AVAILABLE DATA section start
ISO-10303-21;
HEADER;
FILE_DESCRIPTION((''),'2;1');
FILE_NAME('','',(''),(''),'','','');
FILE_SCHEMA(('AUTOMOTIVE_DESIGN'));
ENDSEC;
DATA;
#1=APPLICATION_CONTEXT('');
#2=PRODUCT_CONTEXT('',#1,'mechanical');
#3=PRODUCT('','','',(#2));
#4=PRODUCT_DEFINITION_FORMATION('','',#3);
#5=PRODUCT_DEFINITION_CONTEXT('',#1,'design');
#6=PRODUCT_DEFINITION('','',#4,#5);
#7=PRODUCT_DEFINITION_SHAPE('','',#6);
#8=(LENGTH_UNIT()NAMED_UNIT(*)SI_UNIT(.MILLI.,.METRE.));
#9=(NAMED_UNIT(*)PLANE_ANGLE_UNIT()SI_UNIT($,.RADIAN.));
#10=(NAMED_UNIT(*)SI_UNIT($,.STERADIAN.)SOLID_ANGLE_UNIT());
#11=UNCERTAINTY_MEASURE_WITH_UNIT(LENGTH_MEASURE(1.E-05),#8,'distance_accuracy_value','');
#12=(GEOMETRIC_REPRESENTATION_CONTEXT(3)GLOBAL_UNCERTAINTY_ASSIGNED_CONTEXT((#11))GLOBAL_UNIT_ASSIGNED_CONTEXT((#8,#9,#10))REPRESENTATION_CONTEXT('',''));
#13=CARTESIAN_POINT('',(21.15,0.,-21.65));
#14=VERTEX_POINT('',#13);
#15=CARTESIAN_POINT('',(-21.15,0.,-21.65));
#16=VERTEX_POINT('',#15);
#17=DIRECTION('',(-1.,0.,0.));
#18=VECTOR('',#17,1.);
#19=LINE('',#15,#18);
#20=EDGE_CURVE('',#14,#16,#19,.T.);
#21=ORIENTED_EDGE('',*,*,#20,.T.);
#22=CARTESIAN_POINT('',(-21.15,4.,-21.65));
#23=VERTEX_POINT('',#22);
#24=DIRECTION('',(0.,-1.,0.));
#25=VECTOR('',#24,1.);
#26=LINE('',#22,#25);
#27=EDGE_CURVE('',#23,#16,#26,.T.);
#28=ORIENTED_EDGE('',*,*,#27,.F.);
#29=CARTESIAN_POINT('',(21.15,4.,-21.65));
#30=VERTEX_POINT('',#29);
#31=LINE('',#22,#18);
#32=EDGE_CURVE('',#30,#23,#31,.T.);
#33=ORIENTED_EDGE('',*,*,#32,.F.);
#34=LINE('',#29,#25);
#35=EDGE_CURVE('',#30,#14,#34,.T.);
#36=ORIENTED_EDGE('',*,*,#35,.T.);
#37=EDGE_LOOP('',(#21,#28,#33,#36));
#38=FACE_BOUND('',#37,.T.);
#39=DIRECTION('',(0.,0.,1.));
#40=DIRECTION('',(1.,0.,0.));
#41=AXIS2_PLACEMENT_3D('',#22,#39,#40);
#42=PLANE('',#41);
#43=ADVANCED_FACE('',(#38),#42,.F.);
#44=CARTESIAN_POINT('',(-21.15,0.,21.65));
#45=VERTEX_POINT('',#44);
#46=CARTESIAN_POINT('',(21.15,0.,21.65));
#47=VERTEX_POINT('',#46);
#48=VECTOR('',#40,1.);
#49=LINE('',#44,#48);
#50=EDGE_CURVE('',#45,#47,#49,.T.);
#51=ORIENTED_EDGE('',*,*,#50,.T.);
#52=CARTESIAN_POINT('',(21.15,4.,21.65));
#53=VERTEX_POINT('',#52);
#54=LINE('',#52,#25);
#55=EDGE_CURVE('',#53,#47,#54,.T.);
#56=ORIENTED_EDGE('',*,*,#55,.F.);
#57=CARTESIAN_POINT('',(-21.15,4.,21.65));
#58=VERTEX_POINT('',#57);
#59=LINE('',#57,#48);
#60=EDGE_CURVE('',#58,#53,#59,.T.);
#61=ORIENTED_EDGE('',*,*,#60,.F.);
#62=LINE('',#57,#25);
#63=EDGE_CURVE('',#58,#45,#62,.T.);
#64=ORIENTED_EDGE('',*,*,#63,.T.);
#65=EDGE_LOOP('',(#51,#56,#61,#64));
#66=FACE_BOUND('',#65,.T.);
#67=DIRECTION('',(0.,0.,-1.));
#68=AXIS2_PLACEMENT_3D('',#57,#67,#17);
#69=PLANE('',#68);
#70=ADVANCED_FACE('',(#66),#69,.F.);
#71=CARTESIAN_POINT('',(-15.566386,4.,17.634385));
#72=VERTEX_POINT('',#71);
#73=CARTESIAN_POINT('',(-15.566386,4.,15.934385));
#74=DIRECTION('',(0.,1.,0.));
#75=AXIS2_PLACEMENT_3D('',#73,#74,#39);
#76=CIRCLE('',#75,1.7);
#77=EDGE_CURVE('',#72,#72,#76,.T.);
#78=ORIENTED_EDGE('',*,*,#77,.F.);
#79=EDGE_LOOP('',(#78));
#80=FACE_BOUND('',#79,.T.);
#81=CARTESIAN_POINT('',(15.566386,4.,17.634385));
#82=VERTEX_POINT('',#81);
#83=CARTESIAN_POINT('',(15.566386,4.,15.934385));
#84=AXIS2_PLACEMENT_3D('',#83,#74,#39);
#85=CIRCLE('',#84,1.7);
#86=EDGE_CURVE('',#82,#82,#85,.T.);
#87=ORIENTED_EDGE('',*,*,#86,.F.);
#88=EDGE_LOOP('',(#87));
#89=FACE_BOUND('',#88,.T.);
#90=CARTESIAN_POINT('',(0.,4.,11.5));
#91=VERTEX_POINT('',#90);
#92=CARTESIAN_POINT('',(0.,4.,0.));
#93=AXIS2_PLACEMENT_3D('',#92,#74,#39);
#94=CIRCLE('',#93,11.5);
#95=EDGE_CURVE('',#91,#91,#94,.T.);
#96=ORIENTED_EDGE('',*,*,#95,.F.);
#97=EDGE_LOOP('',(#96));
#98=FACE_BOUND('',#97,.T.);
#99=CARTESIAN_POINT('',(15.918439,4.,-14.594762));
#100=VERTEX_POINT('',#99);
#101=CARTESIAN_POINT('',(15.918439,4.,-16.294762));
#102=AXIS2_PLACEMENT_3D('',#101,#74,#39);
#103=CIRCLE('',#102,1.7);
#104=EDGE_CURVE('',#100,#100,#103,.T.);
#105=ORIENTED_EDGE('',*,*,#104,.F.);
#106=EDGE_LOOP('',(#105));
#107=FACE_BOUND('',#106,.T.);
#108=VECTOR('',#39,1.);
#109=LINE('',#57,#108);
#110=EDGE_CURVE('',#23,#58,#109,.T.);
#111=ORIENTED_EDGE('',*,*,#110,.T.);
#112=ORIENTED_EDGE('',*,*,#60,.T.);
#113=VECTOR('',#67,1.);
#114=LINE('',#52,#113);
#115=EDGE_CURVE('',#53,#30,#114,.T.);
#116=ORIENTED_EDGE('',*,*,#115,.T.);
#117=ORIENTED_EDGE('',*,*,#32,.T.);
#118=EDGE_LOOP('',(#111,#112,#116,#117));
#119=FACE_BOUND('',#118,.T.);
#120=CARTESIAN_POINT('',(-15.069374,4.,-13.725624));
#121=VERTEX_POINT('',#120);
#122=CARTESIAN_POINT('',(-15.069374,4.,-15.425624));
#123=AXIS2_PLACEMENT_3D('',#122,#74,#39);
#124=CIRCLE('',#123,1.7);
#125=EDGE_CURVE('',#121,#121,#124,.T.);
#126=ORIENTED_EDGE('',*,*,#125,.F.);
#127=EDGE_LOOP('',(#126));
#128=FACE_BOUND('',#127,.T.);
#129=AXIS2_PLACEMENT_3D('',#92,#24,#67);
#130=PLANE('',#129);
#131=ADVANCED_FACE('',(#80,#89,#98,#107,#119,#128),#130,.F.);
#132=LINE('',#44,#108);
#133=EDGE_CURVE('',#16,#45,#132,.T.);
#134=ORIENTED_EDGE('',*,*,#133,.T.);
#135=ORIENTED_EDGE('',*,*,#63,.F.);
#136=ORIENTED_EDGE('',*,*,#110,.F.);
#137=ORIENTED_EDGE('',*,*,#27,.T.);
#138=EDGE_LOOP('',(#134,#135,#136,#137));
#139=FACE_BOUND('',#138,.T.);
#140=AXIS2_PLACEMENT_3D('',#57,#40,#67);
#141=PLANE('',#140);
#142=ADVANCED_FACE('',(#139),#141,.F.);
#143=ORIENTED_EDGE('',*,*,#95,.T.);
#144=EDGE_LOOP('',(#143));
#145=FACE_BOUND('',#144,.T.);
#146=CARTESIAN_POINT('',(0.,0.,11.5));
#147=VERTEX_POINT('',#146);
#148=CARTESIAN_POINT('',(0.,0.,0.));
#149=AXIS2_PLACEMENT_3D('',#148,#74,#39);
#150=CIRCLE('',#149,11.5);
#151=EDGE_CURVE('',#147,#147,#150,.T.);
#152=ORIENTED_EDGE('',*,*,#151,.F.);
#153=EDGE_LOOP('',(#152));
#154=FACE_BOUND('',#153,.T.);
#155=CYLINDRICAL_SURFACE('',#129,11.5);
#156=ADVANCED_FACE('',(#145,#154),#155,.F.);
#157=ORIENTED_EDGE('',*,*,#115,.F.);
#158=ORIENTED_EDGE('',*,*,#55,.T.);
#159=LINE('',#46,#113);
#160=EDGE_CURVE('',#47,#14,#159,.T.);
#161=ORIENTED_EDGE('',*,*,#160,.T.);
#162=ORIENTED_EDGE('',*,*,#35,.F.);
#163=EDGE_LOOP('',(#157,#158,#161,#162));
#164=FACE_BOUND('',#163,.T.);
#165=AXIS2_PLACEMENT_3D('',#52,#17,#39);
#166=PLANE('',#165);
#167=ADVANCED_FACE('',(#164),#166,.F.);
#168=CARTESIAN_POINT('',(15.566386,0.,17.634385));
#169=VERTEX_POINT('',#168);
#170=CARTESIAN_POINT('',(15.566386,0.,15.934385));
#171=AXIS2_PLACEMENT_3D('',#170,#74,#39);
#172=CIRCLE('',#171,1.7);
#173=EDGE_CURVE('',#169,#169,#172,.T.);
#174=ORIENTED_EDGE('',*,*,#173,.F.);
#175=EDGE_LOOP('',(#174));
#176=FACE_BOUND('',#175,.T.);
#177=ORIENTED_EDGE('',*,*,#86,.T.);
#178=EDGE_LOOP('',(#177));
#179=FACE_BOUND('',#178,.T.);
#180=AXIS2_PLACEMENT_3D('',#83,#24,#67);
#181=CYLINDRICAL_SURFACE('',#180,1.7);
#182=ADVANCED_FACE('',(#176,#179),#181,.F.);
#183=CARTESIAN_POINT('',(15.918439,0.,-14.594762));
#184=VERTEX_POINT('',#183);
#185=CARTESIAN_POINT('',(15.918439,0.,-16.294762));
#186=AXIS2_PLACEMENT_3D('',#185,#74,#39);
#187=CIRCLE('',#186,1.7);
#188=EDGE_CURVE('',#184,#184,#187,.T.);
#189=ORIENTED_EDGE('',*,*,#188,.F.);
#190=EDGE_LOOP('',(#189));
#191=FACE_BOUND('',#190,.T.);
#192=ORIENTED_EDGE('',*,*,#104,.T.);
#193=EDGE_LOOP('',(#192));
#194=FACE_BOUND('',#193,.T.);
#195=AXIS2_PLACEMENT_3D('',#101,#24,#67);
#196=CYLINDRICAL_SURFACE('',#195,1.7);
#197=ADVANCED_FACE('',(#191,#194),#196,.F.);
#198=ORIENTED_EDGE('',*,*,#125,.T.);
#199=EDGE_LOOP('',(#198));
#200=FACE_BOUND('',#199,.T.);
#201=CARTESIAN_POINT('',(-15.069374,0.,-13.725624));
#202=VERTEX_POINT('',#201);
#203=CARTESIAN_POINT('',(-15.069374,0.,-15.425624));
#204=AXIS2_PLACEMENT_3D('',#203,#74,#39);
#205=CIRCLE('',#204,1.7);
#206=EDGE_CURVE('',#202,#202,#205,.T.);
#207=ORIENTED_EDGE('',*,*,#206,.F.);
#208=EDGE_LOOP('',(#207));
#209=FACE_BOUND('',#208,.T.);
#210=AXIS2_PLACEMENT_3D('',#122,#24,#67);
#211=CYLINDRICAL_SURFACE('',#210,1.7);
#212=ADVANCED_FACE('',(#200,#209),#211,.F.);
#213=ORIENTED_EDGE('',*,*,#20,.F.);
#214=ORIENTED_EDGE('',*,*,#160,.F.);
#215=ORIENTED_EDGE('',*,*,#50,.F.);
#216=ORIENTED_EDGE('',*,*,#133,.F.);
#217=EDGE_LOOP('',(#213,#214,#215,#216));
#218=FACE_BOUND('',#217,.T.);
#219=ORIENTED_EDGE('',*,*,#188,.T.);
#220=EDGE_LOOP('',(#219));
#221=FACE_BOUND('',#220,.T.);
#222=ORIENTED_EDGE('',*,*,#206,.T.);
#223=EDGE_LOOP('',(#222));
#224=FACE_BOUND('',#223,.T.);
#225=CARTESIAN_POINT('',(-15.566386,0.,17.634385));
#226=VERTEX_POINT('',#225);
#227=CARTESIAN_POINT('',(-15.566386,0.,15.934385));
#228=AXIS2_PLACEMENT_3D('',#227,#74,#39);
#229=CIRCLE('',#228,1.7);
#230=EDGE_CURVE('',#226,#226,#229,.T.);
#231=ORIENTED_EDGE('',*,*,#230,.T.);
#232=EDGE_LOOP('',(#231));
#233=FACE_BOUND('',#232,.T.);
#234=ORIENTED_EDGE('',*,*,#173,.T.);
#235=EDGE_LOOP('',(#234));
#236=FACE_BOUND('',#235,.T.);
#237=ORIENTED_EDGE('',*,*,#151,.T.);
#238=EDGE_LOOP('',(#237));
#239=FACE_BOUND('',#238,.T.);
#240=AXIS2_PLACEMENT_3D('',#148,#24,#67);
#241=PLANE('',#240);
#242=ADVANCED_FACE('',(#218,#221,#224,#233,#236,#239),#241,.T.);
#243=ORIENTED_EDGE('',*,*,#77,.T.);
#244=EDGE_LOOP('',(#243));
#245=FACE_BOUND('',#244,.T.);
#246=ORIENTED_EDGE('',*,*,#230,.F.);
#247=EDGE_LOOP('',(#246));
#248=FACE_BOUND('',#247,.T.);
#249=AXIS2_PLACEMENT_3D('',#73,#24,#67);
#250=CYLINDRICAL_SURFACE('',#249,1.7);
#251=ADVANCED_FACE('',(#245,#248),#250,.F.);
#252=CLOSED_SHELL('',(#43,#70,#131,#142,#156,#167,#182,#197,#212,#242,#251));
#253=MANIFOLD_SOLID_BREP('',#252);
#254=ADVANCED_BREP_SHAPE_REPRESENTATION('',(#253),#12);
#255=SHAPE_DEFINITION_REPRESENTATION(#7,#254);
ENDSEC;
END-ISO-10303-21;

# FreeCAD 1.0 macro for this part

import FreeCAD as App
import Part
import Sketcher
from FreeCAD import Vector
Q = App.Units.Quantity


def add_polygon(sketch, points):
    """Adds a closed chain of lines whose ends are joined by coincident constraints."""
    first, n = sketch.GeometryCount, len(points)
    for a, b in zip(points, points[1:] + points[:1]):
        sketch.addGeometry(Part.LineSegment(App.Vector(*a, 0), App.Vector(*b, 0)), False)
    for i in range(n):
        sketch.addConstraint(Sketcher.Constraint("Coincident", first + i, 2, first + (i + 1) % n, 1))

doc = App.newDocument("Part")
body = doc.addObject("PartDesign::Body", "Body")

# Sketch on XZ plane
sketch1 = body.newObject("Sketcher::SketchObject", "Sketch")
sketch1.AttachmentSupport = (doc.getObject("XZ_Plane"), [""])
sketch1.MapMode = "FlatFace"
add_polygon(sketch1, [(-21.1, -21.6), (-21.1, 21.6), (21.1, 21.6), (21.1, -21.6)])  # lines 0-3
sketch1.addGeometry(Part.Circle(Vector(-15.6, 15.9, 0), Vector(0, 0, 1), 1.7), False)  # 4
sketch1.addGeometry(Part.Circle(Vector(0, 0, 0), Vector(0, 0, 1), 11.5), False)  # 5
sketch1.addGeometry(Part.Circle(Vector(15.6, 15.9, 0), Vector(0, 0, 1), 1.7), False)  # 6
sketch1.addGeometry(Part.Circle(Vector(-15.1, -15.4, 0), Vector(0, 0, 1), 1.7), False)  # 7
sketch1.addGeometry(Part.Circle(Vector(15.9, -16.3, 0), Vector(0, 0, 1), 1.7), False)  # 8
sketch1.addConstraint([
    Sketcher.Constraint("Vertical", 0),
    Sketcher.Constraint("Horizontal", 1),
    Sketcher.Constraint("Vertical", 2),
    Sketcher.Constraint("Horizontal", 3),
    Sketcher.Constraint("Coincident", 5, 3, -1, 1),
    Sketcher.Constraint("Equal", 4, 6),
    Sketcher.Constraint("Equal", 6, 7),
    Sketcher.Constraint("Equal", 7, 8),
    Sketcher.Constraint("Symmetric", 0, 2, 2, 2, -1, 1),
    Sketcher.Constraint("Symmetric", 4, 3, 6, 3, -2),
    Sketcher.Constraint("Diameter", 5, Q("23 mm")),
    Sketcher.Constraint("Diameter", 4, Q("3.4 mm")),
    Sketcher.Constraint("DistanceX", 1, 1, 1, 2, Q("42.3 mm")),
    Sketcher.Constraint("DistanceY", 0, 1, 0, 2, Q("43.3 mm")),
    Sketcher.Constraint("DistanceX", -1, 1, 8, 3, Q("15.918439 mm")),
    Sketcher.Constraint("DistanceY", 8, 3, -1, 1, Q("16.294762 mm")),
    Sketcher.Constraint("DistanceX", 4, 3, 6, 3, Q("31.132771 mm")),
AVAILABLE DATA section end
▶ ASSIGNMENT
Set down, exactly as written, each line of the data from its opening line through the one containing "#59=LINE('',#57,#48);". Output nothing more.

▶ ANSWER SECTION
ISO-10303-21;
HEADER;
FILE_DESCRIPTION((''),'2;1');
FILE_NAME('','',(''),(''),'','','');
FILE_SCHEMA(('AUTOMOTIVE_DESIGN'));
ENDSEC;
DATA;
#1=APPLICATION_CONTEXT('');
#2=PRODUCT_CONTEXT('',#1,'mechanical');
#3=PRODUCT('','','',(#2));
#4=PRODUCT_DEFINITION_FORMATION('','',#3);
#5=PRODUCT_DEFINITION_CONTEXT('',#1,'design');
#6=PRODUCT_DEFINITION('','',#4,#5);
#7=PRODUCT_DEFINITION_SHAPE('','',#6);
#8=(LENGTH_UNIT()NAMED_UNIT(*)SI_UNIT(.MILLI.,.METRE.));
#9=(NAMED_UNIT(*)PLANE_ANGLE_UNIT()SI_UNIT($,.RADIAN.));
#10=(NAMED_UNIT(*)SI_UNIT($,.STERADIAN.)SOLID_ANGLE_UNIT());
#11=UNCERTAINTY_MEASURE_WITH_UNIT(LENGTH_MEASURE(1.E-05),#8,'distance_accuracy_value','');
#12=(GEOMETRIC_REPRESENTATION_CONTEXT(3)GLOBAL_UNCERTAINTY_ASSIGNED_CONTEXT((#11))GLOBAL_UNIT_ASSIGNED_CONTEXT((#8,#9,#10))REPRESENTATION_CONTEXT('',''));
#13=CARTESIAN_POINT('',(21.15,0.,-21.65));
#14=VERTEX_POINT('',#13);
#15=CARTESIAN_POINT('',(-21.15,0.,-21.65));
#16=VERTEX_POINT('',#15);
#17=DIRECTION('',(-1.,0.,0.));
#18=VECTOR('',#17,1.);
#19=LINE('',#15,#18);
#20=EDGE_CURVE('',#14,#16,#19,.T.);
#21=ORIENTED_EDGE('',*,*,#20,.T.);
#22=CARTESIAN_POINT('',(-21.15,4.,-21.65));
#23=VERTEX_POINT('',#22);
#24=DIRECTION('',(0.,-1.,0.));
#25=VECTOR('',#24,1.);
#26=LINE('',#22,#25);
#27=EDGE_CURVE('',#23,#16,#26,.T.);
#28=ORIENTED_EDGE('',*,*,#27,.F.);
#29=CARTESIAN_POINT('',(21.15,4.,-21.65));
#30=VERTEX_POINT('',#29);
#31=LINE('',#22,#18);
#32=EDGE_CURVE('',#30,#23,#31,.T.);
#33=ORIENTED_EDGE('',*,*,#32,.F.);
#34=LINE('',#29,#25);
#35=EDGE_CURVE('',#30,#14,#34,.T.);
#36=ORIENTED_EDGE('',*,*,#35,.T.);
#37=EDGE_LOOP('',(#21,#28,#33,#36));
#38=FACE_BOUND('',#37,.T.);
#39=DIRECTION('',(0.,0.,1.));
#40=DIRECTION('',(1.,0.,0.));
#41=AXIS2_PLACEMENT_3D('',#22,#39,#40);
#42=PLANE('',#41);
#43=ADVANCED_FACE('',(#38),#42,.F.);
#44=CARTESIAN_POINT('',(-21.15,0.,21.65));
#45=VERTEX_POINT('',#44);
#46=CARTESIAN_POINT('',(21.15,0.,21.65));
#47=VERTEX_POINT('',#46);
#48=VECTOR('',#40,1.);
#49=LINE('',#44,#48);
#50=EDGE_CURVE('',#45,#47,#49,.T.);
#51=ORIENTED_EDGE('',*,*,#50,.T.);
#52=CARTESIAN_POINT('',(21.15,4.,21.65));
#53=VERTEX_POINT('',#52);
#54=LINE('',#52,#25);
#55=EDGE_CURVE('',#53,#47,#54,.T.);
#56=ORIENTED_EDGE('',*,*,#55,.F.);
#57=CARTESIAN_POINT('',(-21.15,4.,21.65));
#58=VERTEX_POINT('',#57);
#59=LINE('',#57,#48);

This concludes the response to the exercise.